# SunPlayer 0.2 with source



## darkknight (Apr 2, 2008)

Hi there,

First of all id like to thank you for testing version 0.1 and for ur comments

Am sorry cudnt release the source of 0.1 version coz was having technical difficulties. So now am back with version 

0.2 which has got folloing new features --
 * - control over buffer time
 * - shows bitrate of files
 * - control over balance
 * - a simple playlist
 * - start menu entry fixed

I have added the playlist but the playlist doesn't play the nxt song automatically you have to play it manually. Sorry i'll fix it in 0.3 .

I have also hosted the source so do chk it out.

if u'd like to help contact me - sunnyguha@neversaydie.co.in

Download link
*www.2shared.com/file/3080018/3db0d708/publish.html

Source Link
*www.2shared.com/file/3080023/814f5d43/SunPlayer.html

size - around 400-450 kb
requirements - .net 2.0, xp + , wmp 11,{haven't tested it on lower wmps}
chkd by-Mcaffe2007, AVG 7.5

SunSplayer uses AxInterlop.dll which is an integral part of .net framework 2, MY program uses this dll which refers 
to WMP engine so that is how my player is open source it isn't illegal and once you see the source u'll know how 
silly the program is.

PS - Can u tell me what else should i add ?

--- Sunny Guha


----------



## mehulved (Apr 2, 2008)

darkknight said:


> MY program uses this dll which refers
> to WMP engine so that is how my player is open source it isn't illegal and once you see the source u'll know how
> silly the program is.


What Open Source License? Is it OSI approved? Does MS EULA allow you to use WMP engine in an open source project? If so, is your license compatible with the terms?


----------



## MetalheadGautham (Apr 2, 2008)

mehulved said:


> What Open Source License? Is it OSI approved? Does MS EULA allow you to use WMP engine in an open source project? If so, is your license compatible with the terms?

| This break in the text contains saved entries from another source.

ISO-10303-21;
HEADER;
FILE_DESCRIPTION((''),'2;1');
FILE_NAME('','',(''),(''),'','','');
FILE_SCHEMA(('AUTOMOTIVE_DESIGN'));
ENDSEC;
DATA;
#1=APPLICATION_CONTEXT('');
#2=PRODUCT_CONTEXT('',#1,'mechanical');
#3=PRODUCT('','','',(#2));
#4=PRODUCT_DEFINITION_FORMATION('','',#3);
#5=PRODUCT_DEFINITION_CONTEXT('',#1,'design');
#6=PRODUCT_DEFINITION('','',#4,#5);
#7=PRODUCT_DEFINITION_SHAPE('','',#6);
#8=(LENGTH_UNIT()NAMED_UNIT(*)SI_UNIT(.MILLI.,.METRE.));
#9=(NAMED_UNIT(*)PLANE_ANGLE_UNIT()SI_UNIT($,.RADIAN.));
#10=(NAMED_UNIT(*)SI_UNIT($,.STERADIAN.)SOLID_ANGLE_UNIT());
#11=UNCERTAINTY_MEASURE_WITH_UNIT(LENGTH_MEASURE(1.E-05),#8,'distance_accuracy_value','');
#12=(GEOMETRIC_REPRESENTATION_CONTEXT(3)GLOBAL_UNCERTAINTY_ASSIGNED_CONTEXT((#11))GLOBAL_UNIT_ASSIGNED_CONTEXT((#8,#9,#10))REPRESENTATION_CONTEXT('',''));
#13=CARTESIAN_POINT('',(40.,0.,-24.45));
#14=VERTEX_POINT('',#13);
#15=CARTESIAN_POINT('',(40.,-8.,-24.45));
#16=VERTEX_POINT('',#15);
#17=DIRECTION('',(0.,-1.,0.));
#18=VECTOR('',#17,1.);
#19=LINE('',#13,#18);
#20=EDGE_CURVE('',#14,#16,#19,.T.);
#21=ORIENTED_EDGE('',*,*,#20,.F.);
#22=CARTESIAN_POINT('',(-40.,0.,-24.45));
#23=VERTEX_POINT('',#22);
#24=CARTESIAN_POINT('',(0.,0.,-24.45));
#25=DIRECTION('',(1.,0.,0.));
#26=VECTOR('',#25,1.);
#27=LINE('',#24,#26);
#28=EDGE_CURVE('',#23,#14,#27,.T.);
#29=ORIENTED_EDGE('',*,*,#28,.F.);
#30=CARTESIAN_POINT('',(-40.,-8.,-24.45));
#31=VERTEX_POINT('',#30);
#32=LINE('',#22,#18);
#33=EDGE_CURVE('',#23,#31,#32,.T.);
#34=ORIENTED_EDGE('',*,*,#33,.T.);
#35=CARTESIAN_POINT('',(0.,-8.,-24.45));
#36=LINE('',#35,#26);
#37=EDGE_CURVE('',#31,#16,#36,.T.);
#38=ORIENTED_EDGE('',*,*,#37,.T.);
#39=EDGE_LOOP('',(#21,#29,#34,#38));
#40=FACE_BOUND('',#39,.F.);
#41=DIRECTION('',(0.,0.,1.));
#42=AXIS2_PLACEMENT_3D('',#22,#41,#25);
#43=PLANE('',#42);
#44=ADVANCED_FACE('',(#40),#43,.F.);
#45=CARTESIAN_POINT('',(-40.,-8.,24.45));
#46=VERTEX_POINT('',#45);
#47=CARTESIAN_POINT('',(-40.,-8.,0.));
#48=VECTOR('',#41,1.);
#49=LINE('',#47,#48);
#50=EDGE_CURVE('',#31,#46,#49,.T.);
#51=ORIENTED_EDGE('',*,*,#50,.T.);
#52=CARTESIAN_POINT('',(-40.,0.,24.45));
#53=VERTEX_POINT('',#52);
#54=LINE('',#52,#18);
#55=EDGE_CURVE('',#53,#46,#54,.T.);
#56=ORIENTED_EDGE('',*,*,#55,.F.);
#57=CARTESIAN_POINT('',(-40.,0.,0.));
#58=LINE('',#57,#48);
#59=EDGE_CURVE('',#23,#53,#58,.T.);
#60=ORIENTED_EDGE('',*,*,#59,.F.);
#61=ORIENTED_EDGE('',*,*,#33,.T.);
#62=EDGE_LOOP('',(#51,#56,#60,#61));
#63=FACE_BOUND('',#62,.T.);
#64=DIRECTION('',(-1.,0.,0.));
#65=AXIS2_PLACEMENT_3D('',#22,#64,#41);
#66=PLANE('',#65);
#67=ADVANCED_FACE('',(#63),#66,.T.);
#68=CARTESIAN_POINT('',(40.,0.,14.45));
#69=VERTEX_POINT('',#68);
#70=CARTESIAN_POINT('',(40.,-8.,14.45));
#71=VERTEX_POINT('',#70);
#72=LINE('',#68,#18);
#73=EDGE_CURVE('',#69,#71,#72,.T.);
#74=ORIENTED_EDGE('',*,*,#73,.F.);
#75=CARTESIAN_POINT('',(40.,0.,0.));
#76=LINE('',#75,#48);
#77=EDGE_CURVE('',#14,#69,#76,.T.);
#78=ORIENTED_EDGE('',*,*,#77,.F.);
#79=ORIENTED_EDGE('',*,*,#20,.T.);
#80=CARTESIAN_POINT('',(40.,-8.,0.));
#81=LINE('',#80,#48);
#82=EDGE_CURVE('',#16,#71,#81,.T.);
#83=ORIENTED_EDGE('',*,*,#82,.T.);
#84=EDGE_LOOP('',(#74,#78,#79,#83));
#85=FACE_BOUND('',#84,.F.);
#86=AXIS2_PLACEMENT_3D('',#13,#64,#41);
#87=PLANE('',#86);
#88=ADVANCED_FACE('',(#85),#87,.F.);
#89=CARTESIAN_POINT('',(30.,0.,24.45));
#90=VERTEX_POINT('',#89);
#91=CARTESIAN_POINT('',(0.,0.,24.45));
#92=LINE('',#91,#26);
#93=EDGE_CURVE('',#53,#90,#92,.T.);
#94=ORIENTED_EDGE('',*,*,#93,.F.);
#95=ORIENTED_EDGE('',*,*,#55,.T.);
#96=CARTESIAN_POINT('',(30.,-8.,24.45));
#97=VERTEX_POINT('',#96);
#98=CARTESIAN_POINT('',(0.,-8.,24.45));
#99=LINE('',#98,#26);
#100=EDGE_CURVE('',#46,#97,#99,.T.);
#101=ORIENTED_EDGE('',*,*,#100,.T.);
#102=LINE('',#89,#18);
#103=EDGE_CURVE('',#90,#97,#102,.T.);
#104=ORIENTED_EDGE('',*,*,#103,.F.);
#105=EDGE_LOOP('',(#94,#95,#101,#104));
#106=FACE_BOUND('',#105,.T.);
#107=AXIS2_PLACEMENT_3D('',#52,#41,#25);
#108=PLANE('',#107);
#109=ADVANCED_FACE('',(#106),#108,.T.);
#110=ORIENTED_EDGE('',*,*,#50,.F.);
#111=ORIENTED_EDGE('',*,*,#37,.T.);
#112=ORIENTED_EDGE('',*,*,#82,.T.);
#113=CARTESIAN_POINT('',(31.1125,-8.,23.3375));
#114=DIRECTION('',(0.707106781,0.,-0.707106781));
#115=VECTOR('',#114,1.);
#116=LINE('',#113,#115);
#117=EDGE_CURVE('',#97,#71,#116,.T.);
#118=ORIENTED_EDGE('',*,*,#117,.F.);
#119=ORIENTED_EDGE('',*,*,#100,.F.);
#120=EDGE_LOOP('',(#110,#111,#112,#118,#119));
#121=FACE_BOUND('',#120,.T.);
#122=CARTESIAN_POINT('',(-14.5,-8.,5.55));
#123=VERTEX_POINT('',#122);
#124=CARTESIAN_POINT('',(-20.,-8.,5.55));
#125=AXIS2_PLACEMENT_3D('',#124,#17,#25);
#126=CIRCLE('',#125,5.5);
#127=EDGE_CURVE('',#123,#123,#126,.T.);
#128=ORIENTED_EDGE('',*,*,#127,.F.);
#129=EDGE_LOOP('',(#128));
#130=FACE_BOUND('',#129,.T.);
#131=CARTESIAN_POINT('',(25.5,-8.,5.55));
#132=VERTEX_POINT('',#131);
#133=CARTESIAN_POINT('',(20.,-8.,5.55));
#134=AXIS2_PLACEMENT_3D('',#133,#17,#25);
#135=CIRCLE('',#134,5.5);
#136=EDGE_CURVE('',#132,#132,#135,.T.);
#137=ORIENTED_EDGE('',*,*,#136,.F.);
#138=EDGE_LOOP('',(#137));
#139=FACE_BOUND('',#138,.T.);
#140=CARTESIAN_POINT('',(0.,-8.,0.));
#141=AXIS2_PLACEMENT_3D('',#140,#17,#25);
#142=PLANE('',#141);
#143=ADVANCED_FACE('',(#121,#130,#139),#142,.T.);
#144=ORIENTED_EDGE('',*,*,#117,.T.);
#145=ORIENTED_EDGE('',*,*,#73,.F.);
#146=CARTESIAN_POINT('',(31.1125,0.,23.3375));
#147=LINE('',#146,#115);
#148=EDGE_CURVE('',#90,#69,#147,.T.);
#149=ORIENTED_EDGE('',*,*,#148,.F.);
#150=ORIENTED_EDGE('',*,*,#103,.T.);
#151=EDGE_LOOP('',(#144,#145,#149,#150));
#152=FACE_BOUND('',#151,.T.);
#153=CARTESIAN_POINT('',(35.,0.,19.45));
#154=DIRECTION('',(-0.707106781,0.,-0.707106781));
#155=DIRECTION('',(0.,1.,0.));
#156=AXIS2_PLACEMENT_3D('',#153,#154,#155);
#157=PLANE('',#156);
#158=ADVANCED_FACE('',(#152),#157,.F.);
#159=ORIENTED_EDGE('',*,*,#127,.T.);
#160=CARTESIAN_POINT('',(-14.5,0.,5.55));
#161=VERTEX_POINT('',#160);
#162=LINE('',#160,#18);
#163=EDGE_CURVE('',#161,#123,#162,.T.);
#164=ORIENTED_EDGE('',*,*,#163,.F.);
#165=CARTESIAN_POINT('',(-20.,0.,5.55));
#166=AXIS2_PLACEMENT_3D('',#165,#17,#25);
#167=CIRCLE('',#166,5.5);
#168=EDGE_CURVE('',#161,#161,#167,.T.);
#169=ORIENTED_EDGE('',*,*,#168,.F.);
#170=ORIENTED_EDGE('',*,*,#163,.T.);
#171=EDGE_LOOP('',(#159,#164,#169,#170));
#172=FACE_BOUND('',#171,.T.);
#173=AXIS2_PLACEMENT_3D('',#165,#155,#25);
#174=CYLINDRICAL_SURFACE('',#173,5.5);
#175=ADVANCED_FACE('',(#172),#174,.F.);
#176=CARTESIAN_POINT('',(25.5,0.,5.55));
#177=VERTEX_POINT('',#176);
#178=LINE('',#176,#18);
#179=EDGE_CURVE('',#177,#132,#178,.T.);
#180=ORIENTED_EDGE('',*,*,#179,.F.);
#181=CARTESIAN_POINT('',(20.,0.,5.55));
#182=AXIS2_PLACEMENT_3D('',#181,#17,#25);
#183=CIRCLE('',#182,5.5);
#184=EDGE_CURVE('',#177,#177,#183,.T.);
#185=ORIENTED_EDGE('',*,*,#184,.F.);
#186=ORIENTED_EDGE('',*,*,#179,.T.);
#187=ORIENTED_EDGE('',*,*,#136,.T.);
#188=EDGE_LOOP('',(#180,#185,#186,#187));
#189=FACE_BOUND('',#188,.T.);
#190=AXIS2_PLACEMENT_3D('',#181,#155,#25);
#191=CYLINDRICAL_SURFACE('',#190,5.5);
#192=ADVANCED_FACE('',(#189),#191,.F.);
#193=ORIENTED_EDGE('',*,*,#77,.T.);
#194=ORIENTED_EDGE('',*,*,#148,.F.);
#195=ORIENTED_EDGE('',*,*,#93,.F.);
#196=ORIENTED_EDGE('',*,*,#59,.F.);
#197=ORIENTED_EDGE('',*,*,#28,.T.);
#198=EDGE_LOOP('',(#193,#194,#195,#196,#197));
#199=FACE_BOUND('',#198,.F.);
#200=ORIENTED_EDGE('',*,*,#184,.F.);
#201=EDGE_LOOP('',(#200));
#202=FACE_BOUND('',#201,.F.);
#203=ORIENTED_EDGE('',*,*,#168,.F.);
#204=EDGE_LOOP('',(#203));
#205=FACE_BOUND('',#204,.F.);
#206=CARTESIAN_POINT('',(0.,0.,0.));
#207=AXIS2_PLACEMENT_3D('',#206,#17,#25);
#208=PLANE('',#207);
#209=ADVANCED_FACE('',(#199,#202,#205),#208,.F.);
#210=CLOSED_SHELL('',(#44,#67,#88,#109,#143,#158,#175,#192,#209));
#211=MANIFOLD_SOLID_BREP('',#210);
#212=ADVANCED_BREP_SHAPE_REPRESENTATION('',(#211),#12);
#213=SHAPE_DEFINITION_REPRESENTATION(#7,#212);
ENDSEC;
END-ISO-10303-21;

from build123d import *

# Parameters (mm, degrees)
F0_W     = 80
F0_H     = 48.9
F0_R     = 5.5
F1_DEPTH = 8
F2_SIZE  = 10


with BuildPart() as f1:
    # F0 (on Front) → F1 (new body)
    with BuildSketch(Plane.XZ):
        Rectangle(F0_W, F0_H)
        with Locations((-20, 5.55)):
            Circle(F0_R, mode=Mode.SUBTRACT)
        with Locations((20, 5.55)):
            Circle(F0_R, mode=Mode.SUBTRACT)
    extrude(amount=F1_DEPTH)

    # F2
    f2_edges = [f1.edges().sort_by_distance(p)[0] for p in [
        (40, -4, 24.45),
    ]]
    chamfer(f2_edges, length=F2_SIZE)


solid = f1.part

Dude, please remember that its only too easy to make an app that calls the WMP engine in .net. I think he is most propably using the Direct Show engine, like Media Player Classic and the like. This means that his media player can still be completely OSS.


----------



## darkknight (Apr 2, 2008)

Have read the whole EULA and it IS AN OPEN SOURCE WORK


----------



## Faun (Apr 2, 2008)

please post screenshots too


----------



## darkknight (Apr 2, 2008)

[URL=*img98.imageshack.us/my.php?image=96049822ym5.png][IMG]*img98.imageshack.us/img98/3605/96049822ym5.th.png[/URL][/IMG]


----------



## Faun (Apr 2, 2008)

guess i made a better one during my third year


----------



## darkknight (Apr 3, 2008)

M in 12th so it is  a big deal for me


----------



## ray|raven (Apr 3, 2008)

^Not to be rude but,
Dude, please learn how to make UI first.That thing looks like crap.
Atleast arrange the player to look like one.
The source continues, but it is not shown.